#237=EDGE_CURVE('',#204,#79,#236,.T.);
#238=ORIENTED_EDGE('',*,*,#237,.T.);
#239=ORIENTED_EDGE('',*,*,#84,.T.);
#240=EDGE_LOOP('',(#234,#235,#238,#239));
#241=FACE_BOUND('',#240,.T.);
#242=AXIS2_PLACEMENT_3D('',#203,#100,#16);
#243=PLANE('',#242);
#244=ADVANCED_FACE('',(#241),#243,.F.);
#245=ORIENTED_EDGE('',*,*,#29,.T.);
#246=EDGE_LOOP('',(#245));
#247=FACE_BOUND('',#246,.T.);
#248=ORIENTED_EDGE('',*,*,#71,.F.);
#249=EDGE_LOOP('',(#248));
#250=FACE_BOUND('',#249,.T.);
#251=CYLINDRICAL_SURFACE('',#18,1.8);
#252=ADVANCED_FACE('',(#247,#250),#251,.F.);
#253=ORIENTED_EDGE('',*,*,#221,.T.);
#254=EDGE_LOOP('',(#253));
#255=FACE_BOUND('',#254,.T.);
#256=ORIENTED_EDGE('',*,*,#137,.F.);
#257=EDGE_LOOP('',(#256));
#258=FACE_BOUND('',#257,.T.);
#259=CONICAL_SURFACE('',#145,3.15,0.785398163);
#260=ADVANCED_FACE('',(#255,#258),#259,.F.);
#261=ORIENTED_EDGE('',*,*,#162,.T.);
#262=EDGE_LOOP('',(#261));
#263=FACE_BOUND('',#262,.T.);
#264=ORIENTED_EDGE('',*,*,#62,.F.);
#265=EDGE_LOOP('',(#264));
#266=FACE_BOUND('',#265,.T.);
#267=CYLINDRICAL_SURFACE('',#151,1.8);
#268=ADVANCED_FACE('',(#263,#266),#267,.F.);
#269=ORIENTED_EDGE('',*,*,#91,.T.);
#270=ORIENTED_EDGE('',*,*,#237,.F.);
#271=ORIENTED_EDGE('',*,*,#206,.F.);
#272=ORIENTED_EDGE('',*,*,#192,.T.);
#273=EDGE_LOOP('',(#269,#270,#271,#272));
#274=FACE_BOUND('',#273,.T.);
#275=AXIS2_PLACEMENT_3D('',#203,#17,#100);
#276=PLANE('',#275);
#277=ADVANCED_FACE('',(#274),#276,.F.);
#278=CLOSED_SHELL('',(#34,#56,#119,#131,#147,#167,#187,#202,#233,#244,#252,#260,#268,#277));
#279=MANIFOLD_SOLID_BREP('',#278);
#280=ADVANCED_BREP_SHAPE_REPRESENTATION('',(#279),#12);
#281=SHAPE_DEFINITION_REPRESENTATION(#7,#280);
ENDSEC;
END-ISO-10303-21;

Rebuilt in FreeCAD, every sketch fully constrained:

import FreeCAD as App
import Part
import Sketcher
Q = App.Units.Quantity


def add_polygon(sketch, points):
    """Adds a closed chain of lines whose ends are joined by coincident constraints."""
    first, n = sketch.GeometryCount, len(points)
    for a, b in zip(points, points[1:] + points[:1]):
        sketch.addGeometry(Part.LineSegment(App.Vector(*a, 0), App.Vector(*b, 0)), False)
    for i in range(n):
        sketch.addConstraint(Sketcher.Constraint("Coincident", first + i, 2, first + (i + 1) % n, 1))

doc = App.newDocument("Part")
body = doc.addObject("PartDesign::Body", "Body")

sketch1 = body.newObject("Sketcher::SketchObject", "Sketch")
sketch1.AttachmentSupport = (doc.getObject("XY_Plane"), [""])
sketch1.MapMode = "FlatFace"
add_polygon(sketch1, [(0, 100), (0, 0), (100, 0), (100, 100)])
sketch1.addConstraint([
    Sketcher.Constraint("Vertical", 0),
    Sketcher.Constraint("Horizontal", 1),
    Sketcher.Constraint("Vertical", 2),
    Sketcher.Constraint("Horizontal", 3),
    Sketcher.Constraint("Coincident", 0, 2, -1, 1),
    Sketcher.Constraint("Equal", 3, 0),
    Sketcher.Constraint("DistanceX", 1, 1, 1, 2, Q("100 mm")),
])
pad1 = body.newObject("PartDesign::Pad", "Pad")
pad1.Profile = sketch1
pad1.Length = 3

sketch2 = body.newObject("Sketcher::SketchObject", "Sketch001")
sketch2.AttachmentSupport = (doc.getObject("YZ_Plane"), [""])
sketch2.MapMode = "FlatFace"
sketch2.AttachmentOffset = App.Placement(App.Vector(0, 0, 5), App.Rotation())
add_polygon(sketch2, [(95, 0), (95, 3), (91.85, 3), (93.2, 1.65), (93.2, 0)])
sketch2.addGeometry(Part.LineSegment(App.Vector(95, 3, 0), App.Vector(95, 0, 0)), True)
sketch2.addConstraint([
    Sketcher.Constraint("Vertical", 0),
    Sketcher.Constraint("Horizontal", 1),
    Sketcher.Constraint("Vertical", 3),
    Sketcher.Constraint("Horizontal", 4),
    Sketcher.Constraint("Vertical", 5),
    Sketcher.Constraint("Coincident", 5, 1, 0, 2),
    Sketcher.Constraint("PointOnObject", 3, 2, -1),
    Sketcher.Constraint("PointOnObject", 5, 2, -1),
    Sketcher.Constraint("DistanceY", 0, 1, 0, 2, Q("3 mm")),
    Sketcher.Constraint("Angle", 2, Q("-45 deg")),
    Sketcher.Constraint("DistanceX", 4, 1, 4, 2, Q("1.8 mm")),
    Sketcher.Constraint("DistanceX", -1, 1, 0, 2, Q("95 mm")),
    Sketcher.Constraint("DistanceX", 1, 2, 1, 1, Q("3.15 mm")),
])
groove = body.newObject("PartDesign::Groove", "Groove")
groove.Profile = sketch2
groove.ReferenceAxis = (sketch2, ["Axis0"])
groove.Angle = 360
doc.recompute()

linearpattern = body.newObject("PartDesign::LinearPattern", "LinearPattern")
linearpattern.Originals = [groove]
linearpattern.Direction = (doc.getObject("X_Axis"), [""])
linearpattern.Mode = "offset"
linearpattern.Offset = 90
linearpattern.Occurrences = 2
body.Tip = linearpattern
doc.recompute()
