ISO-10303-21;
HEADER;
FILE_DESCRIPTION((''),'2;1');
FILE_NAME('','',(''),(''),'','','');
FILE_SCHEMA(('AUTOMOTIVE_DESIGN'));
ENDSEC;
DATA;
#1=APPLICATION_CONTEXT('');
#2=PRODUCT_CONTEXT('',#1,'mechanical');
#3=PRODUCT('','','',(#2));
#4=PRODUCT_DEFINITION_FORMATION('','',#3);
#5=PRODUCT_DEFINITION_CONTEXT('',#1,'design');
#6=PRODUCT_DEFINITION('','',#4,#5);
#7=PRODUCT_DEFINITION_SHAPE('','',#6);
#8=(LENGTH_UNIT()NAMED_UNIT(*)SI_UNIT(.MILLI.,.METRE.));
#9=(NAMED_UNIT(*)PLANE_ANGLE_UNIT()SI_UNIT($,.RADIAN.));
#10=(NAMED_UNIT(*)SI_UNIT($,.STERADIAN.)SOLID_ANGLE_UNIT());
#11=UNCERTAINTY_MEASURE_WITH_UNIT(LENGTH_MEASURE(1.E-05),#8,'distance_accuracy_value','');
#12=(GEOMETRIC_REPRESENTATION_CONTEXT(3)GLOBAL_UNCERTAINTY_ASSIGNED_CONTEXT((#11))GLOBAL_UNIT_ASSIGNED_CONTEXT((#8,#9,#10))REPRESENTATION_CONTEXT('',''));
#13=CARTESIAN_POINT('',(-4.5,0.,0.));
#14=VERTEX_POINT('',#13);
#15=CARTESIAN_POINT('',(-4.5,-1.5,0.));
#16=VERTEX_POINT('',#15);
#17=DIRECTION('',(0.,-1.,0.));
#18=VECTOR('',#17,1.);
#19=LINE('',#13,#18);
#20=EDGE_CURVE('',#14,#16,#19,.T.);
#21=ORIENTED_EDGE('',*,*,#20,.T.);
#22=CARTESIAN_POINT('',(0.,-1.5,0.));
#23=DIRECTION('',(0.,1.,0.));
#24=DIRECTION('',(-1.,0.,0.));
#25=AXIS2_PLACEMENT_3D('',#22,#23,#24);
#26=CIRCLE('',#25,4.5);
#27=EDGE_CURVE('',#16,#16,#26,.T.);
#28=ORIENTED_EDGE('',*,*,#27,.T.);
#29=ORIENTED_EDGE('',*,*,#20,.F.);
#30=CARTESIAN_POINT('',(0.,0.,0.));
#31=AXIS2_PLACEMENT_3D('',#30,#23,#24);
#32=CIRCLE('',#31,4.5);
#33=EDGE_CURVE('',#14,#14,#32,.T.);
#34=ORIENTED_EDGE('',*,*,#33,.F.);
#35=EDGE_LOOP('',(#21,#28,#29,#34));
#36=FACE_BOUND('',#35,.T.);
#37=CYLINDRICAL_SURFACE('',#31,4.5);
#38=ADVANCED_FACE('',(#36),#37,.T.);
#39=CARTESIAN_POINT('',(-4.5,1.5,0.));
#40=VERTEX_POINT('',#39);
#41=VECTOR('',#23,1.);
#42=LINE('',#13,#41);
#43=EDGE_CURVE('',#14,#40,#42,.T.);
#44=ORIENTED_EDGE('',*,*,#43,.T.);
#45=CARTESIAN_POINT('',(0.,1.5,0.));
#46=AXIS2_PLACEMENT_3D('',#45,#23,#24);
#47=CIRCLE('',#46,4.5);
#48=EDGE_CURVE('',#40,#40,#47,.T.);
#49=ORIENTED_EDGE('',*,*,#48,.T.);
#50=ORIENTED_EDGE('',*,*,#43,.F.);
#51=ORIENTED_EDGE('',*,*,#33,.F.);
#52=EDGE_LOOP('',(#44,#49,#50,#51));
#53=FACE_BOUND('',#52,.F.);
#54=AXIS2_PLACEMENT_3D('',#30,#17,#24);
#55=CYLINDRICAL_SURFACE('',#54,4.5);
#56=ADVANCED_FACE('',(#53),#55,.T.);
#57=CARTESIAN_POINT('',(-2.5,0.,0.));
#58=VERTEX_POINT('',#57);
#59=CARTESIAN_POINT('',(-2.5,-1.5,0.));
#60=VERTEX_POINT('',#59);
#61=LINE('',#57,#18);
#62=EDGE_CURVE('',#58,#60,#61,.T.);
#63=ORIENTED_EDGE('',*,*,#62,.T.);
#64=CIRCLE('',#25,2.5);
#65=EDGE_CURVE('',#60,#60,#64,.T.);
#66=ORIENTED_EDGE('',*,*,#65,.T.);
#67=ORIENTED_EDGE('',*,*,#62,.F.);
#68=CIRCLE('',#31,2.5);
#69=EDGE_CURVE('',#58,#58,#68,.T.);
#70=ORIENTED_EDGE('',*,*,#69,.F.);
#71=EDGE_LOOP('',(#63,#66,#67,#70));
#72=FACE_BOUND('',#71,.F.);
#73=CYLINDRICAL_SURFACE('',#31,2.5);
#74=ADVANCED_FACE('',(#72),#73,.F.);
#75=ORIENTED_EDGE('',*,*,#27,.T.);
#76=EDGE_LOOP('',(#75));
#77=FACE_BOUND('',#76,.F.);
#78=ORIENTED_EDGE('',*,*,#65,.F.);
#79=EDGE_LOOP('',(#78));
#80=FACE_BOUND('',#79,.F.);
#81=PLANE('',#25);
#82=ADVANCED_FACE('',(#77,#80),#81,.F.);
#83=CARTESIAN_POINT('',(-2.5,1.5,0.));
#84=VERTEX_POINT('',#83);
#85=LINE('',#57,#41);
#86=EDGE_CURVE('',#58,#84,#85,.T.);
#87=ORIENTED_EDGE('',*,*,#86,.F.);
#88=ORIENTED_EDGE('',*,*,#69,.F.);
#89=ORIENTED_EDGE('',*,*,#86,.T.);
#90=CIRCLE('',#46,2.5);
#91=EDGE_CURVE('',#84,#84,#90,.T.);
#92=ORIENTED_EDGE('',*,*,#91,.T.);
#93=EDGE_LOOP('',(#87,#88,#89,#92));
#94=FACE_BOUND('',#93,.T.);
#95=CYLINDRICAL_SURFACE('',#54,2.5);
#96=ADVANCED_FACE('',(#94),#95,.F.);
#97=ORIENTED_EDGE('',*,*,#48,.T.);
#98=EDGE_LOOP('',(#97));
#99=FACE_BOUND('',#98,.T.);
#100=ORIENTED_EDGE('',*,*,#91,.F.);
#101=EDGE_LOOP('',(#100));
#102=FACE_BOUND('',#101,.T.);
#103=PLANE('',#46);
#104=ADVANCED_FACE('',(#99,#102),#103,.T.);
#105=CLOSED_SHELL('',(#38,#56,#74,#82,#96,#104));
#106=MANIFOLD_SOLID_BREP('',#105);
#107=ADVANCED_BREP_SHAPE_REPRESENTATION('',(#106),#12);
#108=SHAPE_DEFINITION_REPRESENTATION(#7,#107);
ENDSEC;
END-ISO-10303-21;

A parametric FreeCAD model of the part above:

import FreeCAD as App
import Part
import Sketcher

doc = App.newDocument("Part")
params = doc.addObject("Spreadsheet::Sheet", "Params")
for row, (alias, value) in enumerate([
    ("sketch1_diameter", "9 mm"),
    ("sketch1_diameter2", "5 mm"),
    ("pad1_length", "3 mm"),
], start=1):
    params.set(f"A{row}", alias)
    params.set(f"B{row}", "=" + value)
    params.setAlias(f"B{row}", alias)

body = doc.addObject("PartDesign::Body", "Body")

# Sketch on XZ plane
sketch1 = body.newObject("Sketcher::SketchObject", "Sketch")
sketch1.AttachmentSupport = (doc.getObject("XZ_Plane"), [""])
sketch1.MapMode = "FlatFace"
sketch1.addGeometry([
    Part.Circle(App.Vector(0, 0, 0), App.Vector(0, 0, 1), 4.5),
    Part.Circle(App.Vector(0, 0, 0), App.Vector(0, 0, 1), 2.5),
], False)
sketch1.addConstraint([
    Sketcher.Constraint("Coincident", 0, 3, -1, 1),
    Sketcher.Constraint("Coincident", 1, 3, -1, 1),
    Sketcher.Constraint("Diameter", 0, 9.0),
    Sketcher.Constraint("Diameter", 1, 5.0),
])
sketch1.setExpression("Constraints[2]", "Params.sketch1_diameter")
sketch1.setExpression("Constraints[3]", "Params.sketch1_diameter2")
pad1 = body.newObject("PartDesign::Pad", "Pad")
pad1.Profile = sketch1
pad1.setExpression("Length", "Params.pad1_length")
pad1.Midplane = True

doc.recompute()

--

Go through the material above and output exactly the lines from the one containing "#97=ORIENTED_EDGE('',*,*,#48,.T.);" through the one containing "A parametric FreeCAD".

#97=ORIENTED_EDGE('',*,*,#48,.T.);
#98=EDGE_LOOP('',(#97));
#99=FACE_BOUND('',#98,.T.);
#100=ORIENTED_EDGE('',*,*,#91,.F.);
#101=EDGE_LOOP('',(#100));
#102=FACE_BOUND('',#101,.T.);
#103=PLANE('',#46);
#104=ADVANCED_FACE('',(#99,#102),#103,.T.);
#105=CLOSED_SHELL('',(#38,#56,#74,#82,#96,#104));
#106=MANIFOLD_SOLID_BREP('',#105);
#107=ADVANCED_BREP_SHAPE_REPRESENTATION('',(#106),#12);
#108=SHAPE_DEFINITION_REPRESENTATION(#7,#107);
ENDSEC;
END-ISO-10303-21;

A parametric FreeCAD model of the part above:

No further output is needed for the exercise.